I have modified the code as suggested by Hristo. Thanks for your effort. Here is how the code looks. I don't understand how to make encrypt( ) function use local variables. Can you explain. Please add code where it should be. Thanks again for your efforts. Secondly, if there is no printf statements, how would you see if the output is correct or not. I mean are there other mechanisms to display or save the output. Lastly, the code as shown below is still slower than the serial execution (i.e., without openmp). There is no printf in the serial version either to make the comparison fair.

void encrypt(int *K,int *PT,int *CT)
{
    int i;

    //    int ct;

    // Calculate Nk and Nr from the received value.
    Nr = 128;
    Nk = Nr / 32;
    Nr = Nk + 6;


     // Copy the Key and PlainText
    for(i=0;i<Nk*4;i++)
    {
        Key[i]=K[i];
        in[i]=PT[i];
    }

   /* 
   printf("\nKey for encryption:\n");
    for(i=0; i < Nk*4; i++)
      printf("%02x",Key[i]);
    printf("\n");
*/
/*
    printf("\nText before encryption:\n");
    for(i=0; i < Nk*4; i++)
      printf("%02x",in[i]);
    printf("\n");
*/    
    // The KeyExpansion routine must be called before encryption.
    KeyExpansion();

    // The next function call encrypts the PlainText with the Key using AES algorithm.
    Cipher();


    // Output the encrypted text.
    //io_printf("\nText after encryption:\n");
     for(i=0; i < Nk*4; i++)
    {
        CT[i] = out[i];
//        printf("%02x",out[i]);
      }
//    printf("\n");

    //  ct = out[15];
    // return ct;

}

//main function
int main()
{


  srand(time(NULL));
  unsigned int rnd[4];

//  printf("rand_key = %2x%2x%2x%2x\n",rnd[0],rnd[1],rnd[2],rnd[3]);

  int key[16];
  int pt[16];
  int ct[16];

  unsigned int i,j;
  #pragma omp parallel for private(key,pt,ct) num_threads(2) schedule(static)
  for(i=0; i<65000; i++)
  {
   rnd[0]=rand();
   rnd[1]=rand();
   rnd[2]=rand();
   rnd[3]=rand();

   for(j=0; j < 4; j++)
   {
    key[4*j]   = (rnd[j] & 0xff);
    pt[4*j]    = key[4*j];
    key[4*j+1] = ((rnd[j] >> 8)  & 0xff) ; 
    pt[4*j+1]  = key[4*j+1];
    key[4*j+2] = ((rnd[j] >> 16) & 0xff) ;
    pt[4*j+2]  = key[4*j+2];
    key[4*j+3] = ((rnd[j] >> 24) & 0xff) ;
    pt[4*j+3]  = key[4*j+3];
   }

   encrypt(key,pt,ct);


  }

  return 0;

}

解决方案

You need neither schedule(dynamic) nor task constructs. As far as I am aware of the intrinsics of AES, this is a completely regular problem - each encryption takes exactly the same number of cycles and therefore the same wall-clock time, no matter what the key. This completly rules out the necessity to use dynamic scheduling and tasks. Even in the case of umbalanced problems, simply adding schedule(dynamic) is a very bad idea. The reason for that is that the default chunk size for dynamic is 1, which means that each thread executes a single iteration and then asks the OpenMP runtime for another one. In your case the overhead is multiplied 650000 times. Dynamic scheduling, when actually applicable, is very powerful but one should carefully choose the optimal chunk size with the latter often involving lots of trials until the optimal value is found.

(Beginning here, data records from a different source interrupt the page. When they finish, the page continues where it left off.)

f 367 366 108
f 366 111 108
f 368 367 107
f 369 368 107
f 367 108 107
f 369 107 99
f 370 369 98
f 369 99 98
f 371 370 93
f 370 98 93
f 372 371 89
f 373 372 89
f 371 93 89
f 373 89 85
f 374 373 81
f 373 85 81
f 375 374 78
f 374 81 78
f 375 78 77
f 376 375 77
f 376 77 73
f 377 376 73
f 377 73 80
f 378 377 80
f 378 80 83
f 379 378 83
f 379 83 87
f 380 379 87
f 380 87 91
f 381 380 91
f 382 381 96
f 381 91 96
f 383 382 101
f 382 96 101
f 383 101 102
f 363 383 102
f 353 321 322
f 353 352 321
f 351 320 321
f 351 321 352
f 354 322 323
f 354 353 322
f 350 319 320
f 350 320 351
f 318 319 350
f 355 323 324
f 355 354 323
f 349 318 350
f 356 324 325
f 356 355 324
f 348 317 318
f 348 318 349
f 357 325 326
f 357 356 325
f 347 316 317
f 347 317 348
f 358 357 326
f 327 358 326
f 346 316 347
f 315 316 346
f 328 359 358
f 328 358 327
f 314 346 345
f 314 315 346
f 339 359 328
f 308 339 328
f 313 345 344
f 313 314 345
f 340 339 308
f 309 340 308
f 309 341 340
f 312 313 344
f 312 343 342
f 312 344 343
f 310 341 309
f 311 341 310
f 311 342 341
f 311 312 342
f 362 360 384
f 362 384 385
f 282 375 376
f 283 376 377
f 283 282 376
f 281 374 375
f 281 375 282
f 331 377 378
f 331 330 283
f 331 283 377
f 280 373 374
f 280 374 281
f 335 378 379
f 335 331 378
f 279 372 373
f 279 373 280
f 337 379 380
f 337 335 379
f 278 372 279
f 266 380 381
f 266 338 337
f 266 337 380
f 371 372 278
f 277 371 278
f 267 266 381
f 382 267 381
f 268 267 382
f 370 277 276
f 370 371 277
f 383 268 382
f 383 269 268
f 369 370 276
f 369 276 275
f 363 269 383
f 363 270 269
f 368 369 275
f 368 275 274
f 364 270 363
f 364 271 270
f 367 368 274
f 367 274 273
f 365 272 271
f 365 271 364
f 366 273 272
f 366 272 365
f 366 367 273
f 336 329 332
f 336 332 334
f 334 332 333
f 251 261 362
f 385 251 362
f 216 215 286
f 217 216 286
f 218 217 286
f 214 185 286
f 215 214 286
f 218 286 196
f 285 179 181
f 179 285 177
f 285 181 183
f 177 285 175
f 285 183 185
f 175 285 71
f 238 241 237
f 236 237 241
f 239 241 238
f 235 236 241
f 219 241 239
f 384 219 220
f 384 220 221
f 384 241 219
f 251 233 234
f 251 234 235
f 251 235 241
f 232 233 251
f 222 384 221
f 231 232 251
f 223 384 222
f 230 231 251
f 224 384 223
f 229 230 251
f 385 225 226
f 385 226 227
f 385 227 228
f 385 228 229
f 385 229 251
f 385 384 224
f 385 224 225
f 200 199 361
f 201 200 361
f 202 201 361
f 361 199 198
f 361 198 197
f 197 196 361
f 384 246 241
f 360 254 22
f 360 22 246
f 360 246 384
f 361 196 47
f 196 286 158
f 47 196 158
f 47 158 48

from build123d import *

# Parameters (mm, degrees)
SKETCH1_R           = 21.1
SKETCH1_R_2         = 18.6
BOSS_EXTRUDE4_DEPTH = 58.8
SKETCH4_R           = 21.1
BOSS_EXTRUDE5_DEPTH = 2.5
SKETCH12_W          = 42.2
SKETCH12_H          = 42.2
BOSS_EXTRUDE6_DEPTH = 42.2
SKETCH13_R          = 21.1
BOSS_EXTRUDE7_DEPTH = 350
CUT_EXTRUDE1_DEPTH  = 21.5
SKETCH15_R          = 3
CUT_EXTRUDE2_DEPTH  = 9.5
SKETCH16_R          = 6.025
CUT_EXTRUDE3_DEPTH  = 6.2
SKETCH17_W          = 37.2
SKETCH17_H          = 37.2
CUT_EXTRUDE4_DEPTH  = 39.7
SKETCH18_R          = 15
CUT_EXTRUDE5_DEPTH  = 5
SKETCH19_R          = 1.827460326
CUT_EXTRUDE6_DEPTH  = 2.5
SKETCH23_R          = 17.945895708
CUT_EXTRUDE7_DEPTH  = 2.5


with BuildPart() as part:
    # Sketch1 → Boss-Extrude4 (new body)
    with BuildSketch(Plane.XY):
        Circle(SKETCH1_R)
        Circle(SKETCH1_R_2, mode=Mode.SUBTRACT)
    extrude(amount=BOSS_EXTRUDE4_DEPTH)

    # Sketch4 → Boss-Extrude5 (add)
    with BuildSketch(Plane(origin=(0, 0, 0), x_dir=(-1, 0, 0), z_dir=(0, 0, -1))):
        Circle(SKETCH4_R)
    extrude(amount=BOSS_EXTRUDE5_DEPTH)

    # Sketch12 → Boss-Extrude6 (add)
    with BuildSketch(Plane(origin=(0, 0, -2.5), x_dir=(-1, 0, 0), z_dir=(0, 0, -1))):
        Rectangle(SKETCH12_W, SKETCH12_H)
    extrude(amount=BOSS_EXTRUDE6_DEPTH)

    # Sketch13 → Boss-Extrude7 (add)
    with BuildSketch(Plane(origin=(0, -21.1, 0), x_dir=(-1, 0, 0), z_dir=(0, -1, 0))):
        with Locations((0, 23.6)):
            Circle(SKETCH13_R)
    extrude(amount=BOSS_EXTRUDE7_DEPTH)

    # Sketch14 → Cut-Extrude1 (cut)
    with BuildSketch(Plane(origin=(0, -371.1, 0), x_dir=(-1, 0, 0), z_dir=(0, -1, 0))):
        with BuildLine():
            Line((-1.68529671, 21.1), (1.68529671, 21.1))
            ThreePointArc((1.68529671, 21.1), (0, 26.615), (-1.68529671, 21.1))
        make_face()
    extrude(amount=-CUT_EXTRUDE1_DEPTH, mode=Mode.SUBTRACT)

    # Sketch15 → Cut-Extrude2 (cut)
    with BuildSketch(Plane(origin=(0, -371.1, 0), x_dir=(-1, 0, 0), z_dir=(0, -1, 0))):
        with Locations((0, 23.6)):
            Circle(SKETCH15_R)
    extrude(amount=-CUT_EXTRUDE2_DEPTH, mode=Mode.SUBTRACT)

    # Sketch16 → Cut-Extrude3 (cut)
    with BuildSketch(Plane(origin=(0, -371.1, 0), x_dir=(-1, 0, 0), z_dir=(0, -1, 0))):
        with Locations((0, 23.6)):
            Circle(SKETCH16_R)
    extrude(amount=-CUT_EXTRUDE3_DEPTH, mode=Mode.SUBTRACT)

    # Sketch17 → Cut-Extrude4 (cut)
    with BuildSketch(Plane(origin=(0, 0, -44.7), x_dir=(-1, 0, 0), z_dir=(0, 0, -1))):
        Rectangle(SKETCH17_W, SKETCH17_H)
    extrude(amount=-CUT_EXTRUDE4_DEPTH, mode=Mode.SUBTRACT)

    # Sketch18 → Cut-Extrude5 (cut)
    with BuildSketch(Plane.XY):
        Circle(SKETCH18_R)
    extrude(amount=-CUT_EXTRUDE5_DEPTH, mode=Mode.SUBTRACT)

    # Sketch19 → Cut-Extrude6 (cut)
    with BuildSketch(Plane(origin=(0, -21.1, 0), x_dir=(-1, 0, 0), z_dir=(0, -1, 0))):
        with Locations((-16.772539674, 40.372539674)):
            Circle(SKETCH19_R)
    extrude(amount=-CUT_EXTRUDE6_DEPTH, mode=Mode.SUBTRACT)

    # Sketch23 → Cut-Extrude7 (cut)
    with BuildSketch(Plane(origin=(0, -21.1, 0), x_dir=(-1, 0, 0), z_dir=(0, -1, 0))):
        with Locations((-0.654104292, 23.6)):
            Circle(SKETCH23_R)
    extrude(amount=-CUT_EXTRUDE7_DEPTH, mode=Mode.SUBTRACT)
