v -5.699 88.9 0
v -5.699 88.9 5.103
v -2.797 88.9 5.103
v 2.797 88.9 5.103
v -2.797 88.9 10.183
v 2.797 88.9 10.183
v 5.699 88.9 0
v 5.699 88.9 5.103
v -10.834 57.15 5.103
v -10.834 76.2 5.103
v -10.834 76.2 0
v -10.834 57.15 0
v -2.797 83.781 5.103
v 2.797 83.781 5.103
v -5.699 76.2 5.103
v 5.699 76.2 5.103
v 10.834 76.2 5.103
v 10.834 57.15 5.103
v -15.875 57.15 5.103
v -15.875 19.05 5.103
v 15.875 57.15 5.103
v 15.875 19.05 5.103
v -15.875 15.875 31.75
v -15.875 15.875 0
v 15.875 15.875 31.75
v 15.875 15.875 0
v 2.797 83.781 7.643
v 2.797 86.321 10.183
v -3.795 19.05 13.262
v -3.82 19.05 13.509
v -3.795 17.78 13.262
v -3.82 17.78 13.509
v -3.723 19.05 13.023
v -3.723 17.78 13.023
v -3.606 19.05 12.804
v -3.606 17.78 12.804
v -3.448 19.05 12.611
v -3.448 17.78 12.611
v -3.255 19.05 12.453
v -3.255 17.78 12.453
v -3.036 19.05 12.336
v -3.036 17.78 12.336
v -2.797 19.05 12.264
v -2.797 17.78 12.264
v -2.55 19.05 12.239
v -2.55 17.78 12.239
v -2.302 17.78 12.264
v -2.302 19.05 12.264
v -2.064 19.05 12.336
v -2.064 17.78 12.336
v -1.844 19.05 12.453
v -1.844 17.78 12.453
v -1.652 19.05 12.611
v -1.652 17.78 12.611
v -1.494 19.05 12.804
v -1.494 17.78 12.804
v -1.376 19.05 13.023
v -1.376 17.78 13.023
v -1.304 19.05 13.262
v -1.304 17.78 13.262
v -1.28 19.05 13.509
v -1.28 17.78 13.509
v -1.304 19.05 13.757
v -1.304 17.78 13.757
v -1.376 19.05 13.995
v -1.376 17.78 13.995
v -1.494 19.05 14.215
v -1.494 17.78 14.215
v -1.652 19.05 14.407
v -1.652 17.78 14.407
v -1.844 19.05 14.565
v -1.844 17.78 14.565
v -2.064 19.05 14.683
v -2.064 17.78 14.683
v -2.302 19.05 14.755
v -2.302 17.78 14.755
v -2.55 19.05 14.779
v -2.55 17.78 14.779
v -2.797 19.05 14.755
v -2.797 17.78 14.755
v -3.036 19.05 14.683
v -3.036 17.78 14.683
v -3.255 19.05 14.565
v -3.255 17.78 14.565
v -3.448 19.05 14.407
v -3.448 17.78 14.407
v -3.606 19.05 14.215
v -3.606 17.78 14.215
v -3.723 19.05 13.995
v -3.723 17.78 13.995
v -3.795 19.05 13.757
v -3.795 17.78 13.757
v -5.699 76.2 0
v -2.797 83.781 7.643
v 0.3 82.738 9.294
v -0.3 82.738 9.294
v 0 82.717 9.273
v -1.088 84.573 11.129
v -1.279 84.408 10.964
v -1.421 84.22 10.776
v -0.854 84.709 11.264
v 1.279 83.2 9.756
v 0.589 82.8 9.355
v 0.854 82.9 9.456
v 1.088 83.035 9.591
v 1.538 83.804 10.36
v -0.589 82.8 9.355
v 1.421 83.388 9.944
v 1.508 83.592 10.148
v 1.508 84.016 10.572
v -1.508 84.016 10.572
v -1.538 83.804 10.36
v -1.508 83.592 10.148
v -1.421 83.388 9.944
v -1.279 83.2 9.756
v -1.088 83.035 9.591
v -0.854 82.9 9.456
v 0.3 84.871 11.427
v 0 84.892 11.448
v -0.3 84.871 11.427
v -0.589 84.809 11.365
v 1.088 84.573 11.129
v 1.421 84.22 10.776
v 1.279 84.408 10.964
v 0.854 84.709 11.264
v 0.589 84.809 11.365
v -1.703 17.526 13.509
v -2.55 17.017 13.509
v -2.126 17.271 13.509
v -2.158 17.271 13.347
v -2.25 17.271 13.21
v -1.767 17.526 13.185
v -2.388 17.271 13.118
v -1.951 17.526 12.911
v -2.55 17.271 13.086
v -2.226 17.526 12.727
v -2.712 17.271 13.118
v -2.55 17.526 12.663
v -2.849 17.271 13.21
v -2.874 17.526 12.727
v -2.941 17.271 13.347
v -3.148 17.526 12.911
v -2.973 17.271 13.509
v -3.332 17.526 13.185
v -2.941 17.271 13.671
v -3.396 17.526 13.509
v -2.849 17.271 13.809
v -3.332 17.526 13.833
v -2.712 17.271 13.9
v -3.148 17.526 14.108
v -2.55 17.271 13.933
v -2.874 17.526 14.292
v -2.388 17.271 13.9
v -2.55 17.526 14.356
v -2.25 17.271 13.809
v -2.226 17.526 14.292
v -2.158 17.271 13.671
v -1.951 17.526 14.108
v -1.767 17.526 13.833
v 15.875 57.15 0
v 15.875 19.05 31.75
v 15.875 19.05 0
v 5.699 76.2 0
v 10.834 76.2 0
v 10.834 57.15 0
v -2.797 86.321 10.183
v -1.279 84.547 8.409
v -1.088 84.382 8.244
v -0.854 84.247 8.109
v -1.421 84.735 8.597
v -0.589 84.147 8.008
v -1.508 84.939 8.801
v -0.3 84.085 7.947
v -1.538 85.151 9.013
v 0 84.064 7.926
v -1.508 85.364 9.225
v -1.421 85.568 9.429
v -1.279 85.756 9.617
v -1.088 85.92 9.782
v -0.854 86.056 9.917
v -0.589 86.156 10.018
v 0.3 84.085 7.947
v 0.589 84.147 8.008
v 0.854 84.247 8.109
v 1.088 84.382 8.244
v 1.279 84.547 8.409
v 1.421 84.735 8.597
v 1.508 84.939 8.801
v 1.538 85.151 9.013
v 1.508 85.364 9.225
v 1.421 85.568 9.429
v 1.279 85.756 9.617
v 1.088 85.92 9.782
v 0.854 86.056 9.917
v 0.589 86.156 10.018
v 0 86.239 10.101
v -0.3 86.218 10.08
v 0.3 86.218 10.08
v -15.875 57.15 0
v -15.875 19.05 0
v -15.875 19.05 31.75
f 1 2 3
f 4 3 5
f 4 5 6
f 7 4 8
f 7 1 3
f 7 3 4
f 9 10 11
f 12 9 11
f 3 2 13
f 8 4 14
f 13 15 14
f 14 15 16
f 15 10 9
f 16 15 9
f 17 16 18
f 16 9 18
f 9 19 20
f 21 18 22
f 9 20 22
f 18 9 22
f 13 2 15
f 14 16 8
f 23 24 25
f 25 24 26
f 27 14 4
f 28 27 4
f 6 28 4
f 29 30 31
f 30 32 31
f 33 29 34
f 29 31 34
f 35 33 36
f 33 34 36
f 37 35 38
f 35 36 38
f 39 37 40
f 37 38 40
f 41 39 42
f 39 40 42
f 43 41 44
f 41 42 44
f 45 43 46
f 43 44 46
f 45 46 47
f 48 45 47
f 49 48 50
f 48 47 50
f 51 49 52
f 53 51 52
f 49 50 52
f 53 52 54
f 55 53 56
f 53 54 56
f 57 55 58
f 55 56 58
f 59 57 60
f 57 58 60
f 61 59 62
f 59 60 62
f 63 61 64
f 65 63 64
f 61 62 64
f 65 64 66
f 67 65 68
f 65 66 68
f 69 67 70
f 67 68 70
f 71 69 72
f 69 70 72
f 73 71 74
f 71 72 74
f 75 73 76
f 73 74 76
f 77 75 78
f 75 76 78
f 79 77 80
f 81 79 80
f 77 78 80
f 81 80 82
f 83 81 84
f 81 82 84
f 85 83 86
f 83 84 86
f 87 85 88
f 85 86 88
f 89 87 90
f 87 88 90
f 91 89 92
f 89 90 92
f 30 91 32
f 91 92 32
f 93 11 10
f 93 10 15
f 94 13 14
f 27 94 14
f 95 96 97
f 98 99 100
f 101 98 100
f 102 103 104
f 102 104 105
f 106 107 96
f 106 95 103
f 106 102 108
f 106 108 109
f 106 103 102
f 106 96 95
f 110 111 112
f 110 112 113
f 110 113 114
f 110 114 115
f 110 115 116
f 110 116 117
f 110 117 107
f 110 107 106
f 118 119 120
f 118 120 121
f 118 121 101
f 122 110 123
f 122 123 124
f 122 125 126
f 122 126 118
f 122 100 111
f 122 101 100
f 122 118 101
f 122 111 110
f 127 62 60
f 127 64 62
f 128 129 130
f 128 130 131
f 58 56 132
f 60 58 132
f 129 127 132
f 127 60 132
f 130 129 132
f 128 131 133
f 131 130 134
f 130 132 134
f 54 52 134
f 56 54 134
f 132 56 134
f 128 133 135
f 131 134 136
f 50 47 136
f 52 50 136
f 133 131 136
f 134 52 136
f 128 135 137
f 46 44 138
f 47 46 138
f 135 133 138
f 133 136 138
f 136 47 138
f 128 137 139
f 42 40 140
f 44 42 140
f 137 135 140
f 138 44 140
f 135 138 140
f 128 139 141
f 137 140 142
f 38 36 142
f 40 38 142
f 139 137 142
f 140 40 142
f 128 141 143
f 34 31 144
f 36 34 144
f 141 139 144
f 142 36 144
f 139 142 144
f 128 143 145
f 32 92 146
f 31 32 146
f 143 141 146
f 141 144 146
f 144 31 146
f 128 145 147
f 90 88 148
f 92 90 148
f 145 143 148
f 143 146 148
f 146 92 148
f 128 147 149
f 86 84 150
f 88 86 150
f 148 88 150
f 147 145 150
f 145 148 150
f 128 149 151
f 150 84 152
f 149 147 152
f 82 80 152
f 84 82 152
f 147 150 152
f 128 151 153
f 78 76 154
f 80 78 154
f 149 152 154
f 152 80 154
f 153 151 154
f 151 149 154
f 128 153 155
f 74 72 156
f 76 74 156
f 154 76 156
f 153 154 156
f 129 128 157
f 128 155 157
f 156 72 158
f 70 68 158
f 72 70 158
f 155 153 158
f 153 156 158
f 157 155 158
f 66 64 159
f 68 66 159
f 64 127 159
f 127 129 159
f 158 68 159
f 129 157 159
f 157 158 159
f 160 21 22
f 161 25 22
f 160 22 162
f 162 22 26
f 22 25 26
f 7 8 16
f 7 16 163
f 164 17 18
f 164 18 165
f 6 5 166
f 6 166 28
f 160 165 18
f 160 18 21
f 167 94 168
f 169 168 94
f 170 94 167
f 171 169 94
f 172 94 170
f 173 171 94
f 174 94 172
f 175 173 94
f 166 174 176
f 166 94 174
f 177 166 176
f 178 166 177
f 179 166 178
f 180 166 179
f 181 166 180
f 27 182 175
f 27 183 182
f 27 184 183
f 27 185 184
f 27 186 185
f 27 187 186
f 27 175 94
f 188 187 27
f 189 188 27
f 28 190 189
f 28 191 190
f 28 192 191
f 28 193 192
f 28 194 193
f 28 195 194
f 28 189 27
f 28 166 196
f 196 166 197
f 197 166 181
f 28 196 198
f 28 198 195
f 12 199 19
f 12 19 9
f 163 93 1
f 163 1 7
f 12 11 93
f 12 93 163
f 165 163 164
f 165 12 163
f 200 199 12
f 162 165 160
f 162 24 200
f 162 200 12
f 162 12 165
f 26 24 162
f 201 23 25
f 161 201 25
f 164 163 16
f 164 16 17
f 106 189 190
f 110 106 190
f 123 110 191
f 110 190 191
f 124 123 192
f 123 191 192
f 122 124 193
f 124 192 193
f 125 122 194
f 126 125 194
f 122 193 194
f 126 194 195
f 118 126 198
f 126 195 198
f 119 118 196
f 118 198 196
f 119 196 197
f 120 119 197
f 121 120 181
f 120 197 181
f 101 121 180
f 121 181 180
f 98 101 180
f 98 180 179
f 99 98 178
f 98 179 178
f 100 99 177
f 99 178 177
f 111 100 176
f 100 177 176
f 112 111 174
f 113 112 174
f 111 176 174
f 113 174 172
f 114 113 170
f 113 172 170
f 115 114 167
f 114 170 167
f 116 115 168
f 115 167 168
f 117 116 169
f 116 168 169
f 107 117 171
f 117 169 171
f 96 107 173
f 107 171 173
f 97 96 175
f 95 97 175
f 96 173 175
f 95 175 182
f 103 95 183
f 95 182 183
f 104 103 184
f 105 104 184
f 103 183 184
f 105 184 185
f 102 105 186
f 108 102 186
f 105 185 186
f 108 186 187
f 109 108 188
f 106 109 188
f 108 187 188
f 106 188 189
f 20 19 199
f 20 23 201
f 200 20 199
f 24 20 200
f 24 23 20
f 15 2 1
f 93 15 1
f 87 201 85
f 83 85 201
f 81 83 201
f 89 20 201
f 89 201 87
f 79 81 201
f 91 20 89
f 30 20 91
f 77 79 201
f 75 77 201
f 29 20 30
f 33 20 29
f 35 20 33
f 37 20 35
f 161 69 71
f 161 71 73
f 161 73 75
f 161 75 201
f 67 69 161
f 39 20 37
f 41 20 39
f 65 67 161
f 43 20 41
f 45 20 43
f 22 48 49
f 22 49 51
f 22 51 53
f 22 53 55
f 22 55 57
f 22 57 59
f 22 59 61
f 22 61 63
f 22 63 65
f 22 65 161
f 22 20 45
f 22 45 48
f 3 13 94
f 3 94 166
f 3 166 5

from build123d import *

# Parameters (mm, degrees)
F0_W      = 31.75
F0_H      = 31.75
F1_DEPTH  = 3.175
F3_D      = 2.54
F3_DEPTH  = 1.27
F3_TIP    = 0.7630929862
F4_W      = 31.75
F4_H      = 5.1026814207
F5_DEPTH  = 38.1
F6_W      = 21.6686837375
F6_H      = 5.1026814207
F7_DEPTH  = 19.05
F8_W      = 11.3971428946
F8_H      = 5.1026814207
F9_DEPTH  = 12.7
F10_W     = 5.5938977748
F10_H     = 5.1191067934
F11_DEPTH = 5.08
F12_SIZE  = 2.54
F14_ANGLE = -90
F15_R     = 1.5379719929
F16_DEPTH = 1.905


with BuildPart() as f1:
    # F0 (on Top) → F1 (new body)
    with BuildSketch(Plane.XY):
        Rectangle(F0_W, F0_H)
    extrude(amount=F1_DEPTH)

    # F3
    with Locations(Plane.XY.offset(3.175)):
        with Locations((-2.5495558511, 2.3657830898)):
            Hole(F3_D / 2, depth=F3_DEPTH)
            with Locations((0, 0, -(F3_DEPTH + F3_TIP / 2))):  # 118° drill point
                Cone(0, F3_D / 2, F3_TIP, mode=Mode.SUBTRACT)

    # F4 (on face) → F5 (join)
    with BuildSketch(Plane.XY.offset(3.175)):
        with Locations((0, 13.3236592896)):
            Rectangle(F4_W, F4_H)
    extrude(amount=F5_DEPTH)

    # F6 (on face) → F7 (join)
    with BuildSketch(Plane.XY.offset(41.275)):
        with Locations((0, 13.3236592896)):
            Rectangle(F6_W, F6_H)
    extrude(amount=F7_DEPTH)

    # F8 (on face) → F9 (join)
    with BuildSketch(Plane.XY.offset(60.325)):
        with Locations((0, 13.3236592896)):
            Rectangle(F8_W, F8_H)
    extrude(amount=F9_DEPTH)

    # F10 (on face) → F11 (join)
    with BuildSketch(Plane.XZ.offset(-10.7723185793)):
        with Locations((0, 70.4654466033)):
            Rectangle(F10_W, F10_H)
    extrude(amount=F11_DEPTH)

    # F12
    f12_edges = [f1.edges().sort_by_distance(p)[0] for p in [
        (0, 5.692319, 67.905893),
    ]]
    chamfer(f12_edges, length=F12_SIZE)


with BuildPart() as f1_1:
    # F14: moved
    add(f1.part.rotate(Axis((0, 15.8751159906, 0), (1, 0, 0)), F14_ANGLE))

    # F15 (on face) → F16 (join)
    with BuildSketch(Plane(origin=(0, 38.0691058929, -38.0691058929), x_dir=(1, 0, 0), z_dir=(0, -0.7071067812, 0.7071067812))):
        with Locations((0, 66.584341228)):
            Circle(F15_R)
    extrude(amount=F16_DEPTH)


solid = f1_1.part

Besides that you generate 650000 tasks. Each task has a certain overhead associated with its creation and subsequent consumption by the worker threads. Given that AES takes about 18 cycles per byte on Pentium Pro (ref: Wikipedia), each call to encrypt() probably would have taken about the same amount of time as the OpenMP runtime needs in order to execute the task if it wasn't for the printf() statement inside. printf() outputs to the terminal or to a file stream (if redirected) and doing I/O with the same descriptor is esentially a serial operation, i.e. it serialises the threads. See this answer to get an idea of how much printf() impacts parallel performance.

But the worst problem of your code is actually the multitude of data races. encrypt() depends on and changes the values of several global variables. This not only leads to slow down due to true cache sharing, but most likely also results in completely wrong ciphertexts. These global variables should be all made local to encrypt() or made threadprivate if it is necessary that they stay global. Then the parallel loop uses several shared variables, namely key, pt and ct. These should be made private.

Summary: make encrypt() use only local variables; make key, pt and ct private; change the loop schedule to static; remove the task construct; remove all printf statements that output information at each iteration.

Bonus: rand() keeps its state in global variables too.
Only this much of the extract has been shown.